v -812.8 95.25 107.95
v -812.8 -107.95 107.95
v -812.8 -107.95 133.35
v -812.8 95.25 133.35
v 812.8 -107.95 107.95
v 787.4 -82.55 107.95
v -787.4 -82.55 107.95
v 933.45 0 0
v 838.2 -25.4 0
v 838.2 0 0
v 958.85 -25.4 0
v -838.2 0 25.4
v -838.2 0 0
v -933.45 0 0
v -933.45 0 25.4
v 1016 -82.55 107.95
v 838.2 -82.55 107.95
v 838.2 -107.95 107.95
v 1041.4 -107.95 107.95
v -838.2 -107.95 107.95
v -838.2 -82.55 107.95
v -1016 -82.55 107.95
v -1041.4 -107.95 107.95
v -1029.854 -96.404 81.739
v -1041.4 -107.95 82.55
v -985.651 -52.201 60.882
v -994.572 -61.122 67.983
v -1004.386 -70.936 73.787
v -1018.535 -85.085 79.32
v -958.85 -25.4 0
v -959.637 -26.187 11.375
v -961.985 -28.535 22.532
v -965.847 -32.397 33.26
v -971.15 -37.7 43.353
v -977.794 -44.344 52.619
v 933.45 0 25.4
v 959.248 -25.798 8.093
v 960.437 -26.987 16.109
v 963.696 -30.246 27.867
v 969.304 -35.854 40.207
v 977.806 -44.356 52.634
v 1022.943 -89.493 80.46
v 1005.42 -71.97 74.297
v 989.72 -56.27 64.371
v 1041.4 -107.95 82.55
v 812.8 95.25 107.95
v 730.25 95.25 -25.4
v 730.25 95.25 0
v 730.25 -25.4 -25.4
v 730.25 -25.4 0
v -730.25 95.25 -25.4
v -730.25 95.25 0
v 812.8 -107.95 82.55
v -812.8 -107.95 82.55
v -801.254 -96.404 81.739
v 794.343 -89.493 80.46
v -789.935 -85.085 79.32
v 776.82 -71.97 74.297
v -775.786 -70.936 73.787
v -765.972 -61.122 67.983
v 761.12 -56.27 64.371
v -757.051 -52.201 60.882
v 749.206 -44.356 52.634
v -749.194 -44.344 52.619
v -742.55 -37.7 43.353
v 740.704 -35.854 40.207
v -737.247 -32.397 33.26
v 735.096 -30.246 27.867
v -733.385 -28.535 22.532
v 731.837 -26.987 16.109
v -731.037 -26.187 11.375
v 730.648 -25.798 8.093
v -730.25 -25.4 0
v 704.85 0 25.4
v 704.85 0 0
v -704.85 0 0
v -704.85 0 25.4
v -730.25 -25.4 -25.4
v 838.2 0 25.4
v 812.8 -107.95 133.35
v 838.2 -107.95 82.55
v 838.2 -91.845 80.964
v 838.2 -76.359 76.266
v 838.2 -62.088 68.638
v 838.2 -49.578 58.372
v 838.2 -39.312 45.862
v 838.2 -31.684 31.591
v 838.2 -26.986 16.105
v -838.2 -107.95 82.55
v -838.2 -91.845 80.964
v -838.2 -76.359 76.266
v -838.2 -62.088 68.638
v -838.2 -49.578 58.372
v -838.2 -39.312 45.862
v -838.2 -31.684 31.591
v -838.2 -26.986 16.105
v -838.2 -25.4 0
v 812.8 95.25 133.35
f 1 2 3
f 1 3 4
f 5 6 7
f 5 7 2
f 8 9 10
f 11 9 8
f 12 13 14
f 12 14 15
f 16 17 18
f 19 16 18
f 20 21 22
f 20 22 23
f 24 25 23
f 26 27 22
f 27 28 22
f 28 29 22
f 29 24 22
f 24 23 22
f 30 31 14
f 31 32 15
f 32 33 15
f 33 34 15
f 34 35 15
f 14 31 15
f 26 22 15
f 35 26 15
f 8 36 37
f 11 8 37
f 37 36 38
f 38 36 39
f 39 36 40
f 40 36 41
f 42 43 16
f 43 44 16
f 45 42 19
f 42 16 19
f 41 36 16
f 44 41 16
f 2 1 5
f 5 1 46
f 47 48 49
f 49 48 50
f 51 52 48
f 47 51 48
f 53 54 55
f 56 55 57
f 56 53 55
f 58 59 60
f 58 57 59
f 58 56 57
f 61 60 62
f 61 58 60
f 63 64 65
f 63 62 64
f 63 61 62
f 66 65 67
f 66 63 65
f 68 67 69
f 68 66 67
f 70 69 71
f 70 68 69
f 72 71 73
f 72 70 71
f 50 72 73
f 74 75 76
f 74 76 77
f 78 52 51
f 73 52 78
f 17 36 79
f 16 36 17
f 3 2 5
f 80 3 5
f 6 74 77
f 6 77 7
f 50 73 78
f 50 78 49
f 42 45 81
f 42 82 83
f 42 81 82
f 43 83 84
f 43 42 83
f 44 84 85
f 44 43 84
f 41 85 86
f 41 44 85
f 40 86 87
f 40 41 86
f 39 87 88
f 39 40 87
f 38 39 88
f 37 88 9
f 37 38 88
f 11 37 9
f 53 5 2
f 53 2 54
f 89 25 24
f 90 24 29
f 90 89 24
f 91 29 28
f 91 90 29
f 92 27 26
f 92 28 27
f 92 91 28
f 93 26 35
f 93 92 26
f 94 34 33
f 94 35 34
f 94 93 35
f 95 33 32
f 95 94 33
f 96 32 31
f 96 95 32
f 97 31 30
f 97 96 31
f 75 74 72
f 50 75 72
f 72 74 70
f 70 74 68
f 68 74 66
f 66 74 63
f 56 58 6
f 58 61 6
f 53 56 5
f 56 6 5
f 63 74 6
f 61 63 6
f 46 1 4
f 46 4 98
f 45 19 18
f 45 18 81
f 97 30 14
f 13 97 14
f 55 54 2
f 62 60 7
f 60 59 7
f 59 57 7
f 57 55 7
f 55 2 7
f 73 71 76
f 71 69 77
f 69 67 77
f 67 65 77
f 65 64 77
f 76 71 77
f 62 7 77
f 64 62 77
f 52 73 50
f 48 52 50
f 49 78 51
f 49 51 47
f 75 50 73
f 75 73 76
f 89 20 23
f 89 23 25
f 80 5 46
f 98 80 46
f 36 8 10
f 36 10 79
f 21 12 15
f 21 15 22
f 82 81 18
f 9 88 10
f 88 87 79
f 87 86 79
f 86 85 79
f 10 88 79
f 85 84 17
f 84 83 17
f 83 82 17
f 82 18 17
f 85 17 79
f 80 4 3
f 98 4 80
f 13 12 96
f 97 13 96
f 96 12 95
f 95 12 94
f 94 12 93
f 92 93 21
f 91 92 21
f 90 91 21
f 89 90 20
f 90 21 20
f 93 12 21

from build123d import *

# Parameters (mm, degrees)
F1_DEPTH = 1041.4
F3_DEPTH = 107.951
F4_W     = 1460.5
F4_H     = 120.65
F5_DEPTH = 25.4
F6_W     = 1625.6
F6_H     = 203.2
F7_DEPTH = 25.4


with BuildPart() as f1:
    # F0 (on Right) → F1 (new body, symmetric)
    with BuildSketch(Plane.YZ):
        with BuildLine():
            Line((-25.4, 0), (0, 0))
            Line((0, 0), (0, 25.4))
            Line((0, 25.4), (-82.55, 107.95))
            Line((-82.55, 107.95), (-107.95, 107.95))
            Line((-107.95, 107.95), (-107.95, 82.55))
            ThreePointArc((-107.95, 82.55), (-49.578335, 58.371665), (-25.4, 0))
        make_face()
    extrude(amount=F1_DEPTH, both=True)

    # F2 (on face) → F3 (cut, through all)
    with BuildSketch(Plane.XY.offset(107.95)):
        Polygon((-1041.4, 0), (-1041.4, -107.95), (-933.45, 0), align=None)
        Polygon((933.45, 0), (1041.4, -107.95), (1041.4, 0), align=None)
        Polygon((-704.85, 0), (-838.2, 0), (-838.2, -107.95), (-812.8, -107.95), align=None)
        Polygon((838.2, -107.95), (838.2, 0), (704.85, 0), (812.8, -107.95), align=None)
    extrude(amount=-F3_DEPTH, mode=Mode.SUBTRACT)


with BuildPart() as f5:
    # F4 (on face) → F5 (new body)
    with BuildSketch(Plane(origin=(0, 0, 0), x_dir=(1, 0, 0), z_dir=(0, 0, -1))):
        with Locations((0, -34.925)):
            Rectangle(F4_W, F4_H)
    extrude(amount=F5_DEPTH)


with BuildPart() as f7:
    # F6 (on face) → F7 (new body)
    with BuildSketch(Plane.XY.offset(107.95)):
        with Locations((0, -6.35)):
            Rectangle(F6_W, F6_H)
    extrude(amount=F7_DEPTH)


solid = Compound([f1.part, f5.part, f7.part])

= = = = =

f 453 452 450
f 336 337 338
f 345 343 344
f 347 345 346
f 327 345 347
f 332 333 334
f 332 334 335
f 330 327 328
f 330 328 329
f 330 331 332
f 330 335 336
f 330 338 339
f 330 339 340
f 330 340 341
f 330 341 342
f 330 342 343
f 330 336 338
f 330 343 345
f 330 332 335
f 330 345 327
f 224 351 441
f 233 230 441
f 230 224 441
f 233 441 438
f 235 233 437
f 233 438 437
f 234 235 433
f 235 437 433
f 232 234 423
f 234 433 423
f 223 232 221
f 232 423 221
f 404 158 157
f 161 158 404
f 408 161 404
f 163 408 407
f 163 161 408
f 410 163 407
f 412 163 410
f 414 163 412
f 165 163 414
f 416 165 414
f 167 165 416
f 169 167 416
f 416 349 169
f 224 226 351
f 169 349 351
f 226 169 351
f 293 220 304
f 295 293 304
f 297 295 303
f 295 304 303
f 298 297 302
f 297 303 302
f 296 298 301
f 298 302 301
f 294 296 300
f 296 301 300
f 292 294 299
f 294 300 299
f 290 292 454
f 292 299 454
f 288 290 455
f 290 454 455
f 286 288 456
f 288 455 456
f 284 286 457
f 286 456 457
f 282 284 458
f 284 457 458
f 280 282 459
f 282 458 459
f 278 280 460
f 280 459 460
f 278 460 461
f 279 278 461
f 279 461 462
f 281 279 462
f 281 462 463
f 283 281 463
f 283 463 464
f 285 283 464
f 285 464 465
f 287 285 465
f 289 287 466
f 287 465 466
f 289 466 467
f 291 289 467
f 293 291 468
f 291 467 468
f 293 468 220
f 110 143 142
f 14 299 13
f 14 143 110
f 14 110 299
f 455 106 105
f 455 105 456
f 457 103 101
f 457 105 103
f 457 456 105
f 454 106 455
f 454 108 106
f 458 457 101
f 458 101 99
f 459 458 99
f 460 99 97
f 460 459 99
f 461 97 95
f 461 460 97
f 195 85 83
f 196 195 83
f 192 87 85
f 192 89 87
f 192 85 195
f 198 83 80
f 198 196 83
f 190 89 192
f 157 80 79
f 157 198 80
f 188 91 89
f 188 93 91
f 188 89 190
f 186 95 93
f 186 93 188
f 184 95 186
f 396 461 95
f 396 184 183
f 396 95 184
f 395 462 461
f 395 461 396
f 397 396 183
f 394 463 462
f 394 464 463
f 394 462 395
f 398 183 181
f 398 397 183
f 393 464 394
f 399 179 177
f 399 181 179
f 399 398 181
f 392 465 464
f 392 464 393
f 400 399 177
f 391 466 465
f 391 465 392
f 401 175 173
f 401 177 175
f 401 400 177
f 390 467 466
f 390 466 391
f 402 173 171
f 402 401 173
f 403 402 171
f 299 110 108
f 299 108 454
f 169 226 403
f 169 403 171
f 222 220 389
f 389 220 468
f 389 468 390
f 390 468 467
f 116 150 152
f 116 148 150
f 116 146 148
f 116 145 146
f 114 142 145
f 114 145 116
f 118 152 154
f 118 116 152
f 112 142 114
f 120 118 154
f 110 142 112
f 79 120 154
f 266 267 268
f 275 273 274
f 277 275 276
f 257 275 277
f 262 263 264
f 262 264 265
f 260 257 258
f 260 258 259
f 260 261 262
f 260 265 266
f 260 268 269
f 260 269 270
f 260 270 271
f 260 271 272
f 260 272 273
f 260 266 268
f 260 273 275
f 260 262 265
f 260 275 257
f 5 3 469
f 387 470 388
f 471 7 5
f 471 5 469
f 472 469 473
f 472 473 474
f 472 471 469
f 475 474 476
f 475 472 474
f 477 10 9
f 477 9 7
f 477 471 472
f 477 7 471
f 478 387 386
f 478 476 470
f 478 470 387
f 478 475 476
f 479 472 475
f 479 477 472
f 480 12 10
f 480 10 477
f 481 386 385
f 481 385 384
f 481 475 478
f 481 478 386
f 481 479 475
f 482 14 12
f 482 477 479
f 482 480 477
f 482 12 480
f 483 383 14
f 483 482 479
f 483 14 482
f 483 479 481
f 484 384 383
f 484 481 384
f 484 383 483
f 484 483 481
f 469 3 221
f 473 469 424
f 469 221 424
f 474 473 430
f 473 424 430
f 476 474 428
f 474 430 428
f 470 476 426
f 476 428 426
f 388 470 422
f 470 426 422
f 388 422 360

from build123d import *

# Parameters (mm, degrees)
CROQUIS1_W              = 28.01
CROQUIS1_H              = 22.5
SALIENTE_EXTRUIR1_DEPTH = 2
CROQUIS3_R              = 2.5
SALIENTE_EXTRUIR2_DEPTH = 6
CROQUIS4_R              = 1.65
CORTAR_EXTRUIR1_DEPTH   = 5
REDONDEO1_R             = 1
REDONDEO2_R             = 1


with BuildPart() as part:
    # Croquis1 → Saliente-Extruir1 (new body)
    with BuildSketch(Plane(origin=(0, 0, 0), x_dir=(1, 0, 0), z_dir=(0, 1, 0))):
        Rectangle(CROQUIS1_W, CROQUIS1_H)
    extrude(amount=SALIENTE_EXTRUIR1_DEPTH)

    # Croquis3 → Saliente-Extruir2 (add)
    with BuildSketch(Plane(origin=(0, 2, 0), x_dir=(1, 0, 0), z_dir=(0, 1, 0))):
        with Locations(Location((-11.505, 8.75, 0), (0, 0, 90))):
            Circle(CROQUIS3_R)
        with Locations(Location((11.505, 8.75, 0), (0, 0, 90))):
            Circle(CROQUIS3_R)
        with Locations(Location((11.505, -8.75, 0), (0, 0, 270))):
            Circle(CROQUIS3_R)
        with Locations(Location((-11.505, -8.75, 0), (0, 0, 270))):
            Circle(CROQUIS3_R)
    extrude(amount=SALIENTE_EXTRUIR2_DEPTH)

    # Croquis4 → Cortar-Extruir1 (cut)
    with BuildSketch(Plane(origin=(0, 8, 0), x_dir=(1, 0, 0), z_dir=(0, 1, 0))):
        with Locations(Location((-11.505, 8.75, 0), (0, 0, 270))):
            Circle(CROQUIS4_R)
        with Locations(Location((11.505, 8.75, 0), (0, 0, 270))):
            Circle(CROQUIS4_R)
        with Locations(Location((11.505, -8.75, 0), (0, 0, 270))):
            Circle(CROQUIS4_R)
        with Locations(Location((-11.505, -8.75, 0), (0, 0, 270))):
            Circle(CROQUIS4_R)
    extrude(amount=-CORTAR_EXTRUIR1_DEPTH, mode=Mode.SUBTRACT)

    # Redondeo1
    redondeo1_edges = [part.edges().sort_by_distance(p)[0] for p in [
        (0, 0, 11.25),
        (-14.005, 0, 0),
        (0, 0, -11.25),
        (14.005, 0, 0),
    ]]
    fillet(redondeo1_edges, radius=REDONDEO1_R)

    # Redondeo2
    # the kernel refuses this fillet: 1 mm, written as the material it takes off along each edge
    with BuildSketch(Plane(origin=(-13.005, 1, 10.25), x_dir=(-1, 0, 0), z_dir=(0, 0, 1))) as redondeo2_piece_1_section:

= = = = =

* WHAT NEEDS TO BE DONE
Copy the entries above exactly, but only from the line holding "f 260 270 271" through the line holding "f 473 469 424", both included.

* RESPONSE
f 260 270 271
f 260 271 272
f 260 272 273
f 260 266 268
f 260 273 275
f 260 262 265
f 260 275 257
f 5 3 469
f 387 470 388
f 471 7 5
f 471 5 469
f 472 469 473
f 472 473 474
f 472 471 469
f 475 474 476
f 475 472 474
f 477 10 9
f 477 9 7
f 477 471 472
f 477 7 471
f 478 387 386
f 478 476 470
f 478 470 387
f 478 475 476
f 479 472 475
f 479 477 472
f 480 12 10
f 480 10 477
f 481 386 385
f 481 385 384
f 481 475 478
f 481 478 386
f 481 479 475
f 482 14 12
f 482 477 479
f 482 480 477
f 482 12 480
f 483 383 14
f 483 482 479
f 483 14 482
f 483 479 481
f 484 384 383
f 484 481 384
f 484 383 483
f 484 483 481
f 469 3 221
f 473 469 424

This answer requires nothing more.